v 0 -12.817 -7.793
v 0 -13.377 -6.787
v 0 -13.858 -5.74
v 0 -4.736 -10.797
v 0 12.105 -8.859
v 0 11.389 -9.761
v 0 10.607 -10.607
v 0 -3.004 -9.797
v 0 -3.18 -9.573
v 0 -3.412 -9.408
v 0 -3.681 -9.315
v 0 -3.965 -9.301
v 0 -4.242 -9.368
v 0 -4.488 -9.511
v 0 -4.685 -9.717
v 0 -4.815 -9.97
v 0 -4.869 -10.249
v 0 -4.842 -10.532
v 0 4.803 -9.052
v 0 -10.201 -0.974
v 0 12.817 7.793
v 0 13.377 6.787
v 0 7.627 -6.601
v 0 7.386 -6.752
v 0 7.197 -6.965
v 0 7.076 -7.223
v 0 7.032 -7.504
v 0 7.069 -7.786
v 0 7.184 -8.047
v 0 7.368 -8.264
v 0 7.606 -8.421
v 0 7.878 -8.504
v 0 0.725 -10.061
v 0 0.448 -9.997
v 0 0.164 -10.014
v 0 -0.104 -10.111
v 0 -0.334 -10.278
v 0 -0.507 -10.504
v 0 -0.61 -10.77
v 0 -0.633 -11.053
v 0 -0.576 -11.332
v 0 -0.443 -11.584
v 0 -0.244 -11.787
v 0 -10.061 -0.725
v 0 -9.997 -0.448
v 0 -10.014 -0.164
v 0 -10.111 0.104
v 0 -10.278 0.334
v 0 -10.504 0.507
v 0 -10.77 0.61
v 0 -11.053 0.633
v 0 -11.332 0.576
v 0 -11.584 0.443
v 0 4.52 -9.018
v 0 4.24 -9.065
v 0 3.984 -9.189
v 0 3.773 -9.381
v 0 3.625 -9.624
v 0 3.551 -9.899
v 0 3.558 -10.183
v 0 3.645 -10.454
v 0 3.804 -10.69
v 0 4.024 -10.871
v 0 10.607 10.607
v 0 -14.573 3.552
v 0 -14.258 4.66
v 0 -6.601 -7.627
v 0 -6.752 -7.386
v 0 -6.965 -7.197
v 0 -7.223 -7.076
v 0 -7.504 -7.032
::::::
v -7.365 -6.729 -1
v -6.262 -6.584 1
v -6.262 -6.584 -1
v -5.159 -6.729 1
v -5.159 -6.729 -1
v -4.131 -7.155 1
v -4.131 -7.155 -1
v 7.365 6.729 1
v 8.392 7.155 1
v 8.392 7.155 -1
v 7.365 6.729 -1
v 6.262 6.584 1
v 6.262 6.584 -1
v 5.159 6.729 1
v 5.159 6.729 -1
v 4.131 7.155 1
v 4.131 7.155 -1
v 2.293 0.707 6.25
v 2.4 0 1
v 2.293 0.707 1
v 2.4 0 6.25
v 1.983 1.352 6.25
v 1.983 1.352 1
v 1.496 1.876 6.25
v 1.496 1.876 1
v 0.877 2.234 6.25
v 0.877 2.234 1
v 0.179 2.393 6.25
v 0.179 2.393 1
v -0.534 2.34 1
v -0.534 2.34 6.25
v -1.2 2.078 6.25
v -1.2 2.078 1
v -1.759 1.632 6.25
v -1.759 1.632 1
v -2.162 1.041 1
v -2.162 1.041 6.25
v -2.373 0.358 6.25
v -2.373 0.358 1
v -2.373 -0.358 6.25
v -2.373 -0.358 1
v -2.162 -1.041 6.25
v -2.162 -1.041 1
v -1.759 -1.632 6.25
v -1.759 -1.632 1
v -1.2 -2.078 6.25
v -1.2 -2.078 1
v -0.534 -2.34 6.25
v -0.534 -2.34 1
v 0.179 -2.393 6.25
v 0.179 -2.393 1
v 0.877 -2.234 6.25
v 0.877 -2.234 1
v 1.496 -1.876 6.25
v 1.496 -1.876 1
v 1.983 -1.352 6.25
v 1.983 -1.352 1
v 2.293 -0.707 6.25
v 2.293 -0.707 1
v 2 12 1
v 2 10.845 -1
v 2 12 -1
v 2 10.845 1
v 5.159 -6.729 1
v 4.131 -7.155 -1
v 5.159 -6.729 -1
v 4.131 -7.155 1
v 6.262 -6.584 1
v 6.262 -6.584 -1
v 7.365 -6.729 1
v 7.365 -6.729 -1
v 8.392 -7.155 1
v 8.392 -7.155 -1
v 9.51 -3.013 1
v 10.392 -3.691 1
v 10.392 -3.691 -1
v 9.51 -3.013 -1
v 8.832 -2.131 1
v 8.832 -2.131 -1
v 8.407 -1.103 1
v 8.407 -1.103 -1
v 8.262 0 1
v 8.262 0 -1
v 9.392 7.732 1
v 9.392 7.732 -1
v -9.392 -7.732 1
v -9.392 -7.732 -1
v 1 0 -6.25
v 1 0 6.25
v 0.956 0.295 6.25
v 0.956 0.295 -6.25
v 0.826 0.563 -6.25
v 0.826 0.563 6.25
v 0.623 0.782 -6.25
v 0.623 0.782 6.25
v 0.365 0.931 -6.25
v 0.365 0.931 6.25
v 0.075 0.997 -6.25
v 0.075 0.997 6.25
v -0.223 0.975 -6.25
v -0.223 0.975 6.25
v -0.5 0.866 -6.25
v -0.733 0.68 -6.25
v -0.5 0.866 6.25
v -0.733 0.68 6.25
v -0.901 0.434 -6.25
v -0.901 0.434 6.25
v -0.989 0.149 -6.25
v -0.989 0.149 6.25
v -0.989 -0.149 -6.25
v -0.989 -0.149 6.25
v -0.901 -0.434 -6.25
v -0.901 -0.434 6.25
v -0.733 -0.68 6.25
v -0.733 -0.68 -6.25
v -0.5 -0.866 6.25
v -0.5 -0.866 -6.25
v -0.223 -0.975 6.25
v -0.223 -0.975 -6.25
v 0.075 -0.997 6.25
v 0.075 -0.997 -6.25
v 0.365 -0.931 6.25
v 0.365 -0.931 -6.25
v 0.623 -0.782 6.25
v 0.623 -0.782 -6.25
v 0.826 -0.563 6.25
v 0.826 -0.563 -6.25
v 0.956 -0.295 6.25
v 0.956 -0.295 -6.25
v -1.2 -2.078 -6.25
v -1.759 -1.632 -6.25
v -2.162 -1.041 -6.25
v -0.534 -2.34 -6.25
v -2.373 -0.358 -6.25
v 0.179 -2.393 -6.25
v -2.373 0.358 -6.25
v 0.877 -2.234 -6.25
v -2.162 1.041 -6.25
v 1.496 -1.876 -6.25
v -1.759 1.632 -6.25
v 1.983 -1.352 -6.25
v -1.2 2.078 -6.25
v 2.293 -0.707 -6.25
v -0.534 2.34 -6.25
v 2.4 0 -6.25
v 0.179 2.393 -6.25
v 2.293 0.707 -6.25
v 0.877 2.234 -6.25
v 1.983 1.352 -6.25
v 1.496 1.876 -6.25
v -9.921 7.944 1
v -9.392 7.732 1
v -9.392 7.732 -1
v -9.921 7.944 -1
::::::
TASK DIRECTIONS
Look back at the data above. Transcribe exactly the lines starting at the line that contains "v 0.623 0.782 -6.25" and ending at the line that contains "v 0.179 -2.393 -6.25".

EXPECTED ANSWER
v 0.623 0.782 -6.25
v 0.623 0.782 6.25
v 0.365 0.931 -6.25
v 0.365 0.931 6.25
v 0.075 0.997 -6.25
v 0.075 0.997 6.25
v -0.223 0.975 -6.25
v -0.223 0.975 6.25
v -0.5 0.866 -6.25
v -0.733 0.68 -6.25
v -0.5 0.866 6.25
v -0.733 0.68 6.25
v -0.901 0.434 -6.25
v -0.901 0.434 6.25
v -0.989 0.149 -6.25
v -0.989 0.149 6.25
v -0.989 -0.149 -6.25
v -0.989 -0.149 6.25
v -0.901 -0.434 -6.25
v -0.901 -0.434 6.25
v -0.733 -0.68 6.25
v -0.733 -0.68 -6.25
v -0.5 -0.866 6.25
v -0.5 -0.866 -6.25
v -0.223 -0.975 6.25
v -0.223 -0.975 -6.25
v 0.075 -0.997 6.25
v 0.075 -0.997 -6.25
v 0.365 -0.931 6.25
v 0.365 -0.931 -6.25
v 0.623 -0.782 6.25
v 0.623 -0.782 -6.25
v 0.826 -0.563 6.25
v 0.826 -0.563 -6.25
v 0.956 -0.295 6.25
v 0.956 -0.295 -6.25
v -1.2 -2.078 -6.25
v -1.759 -1.632 -6.25
v -2.162 -1.041 -6.25
v -0.534 -2.34 -6.25
v -2.373 -0.358 -6.25
v 0.179 -2.393 -6.25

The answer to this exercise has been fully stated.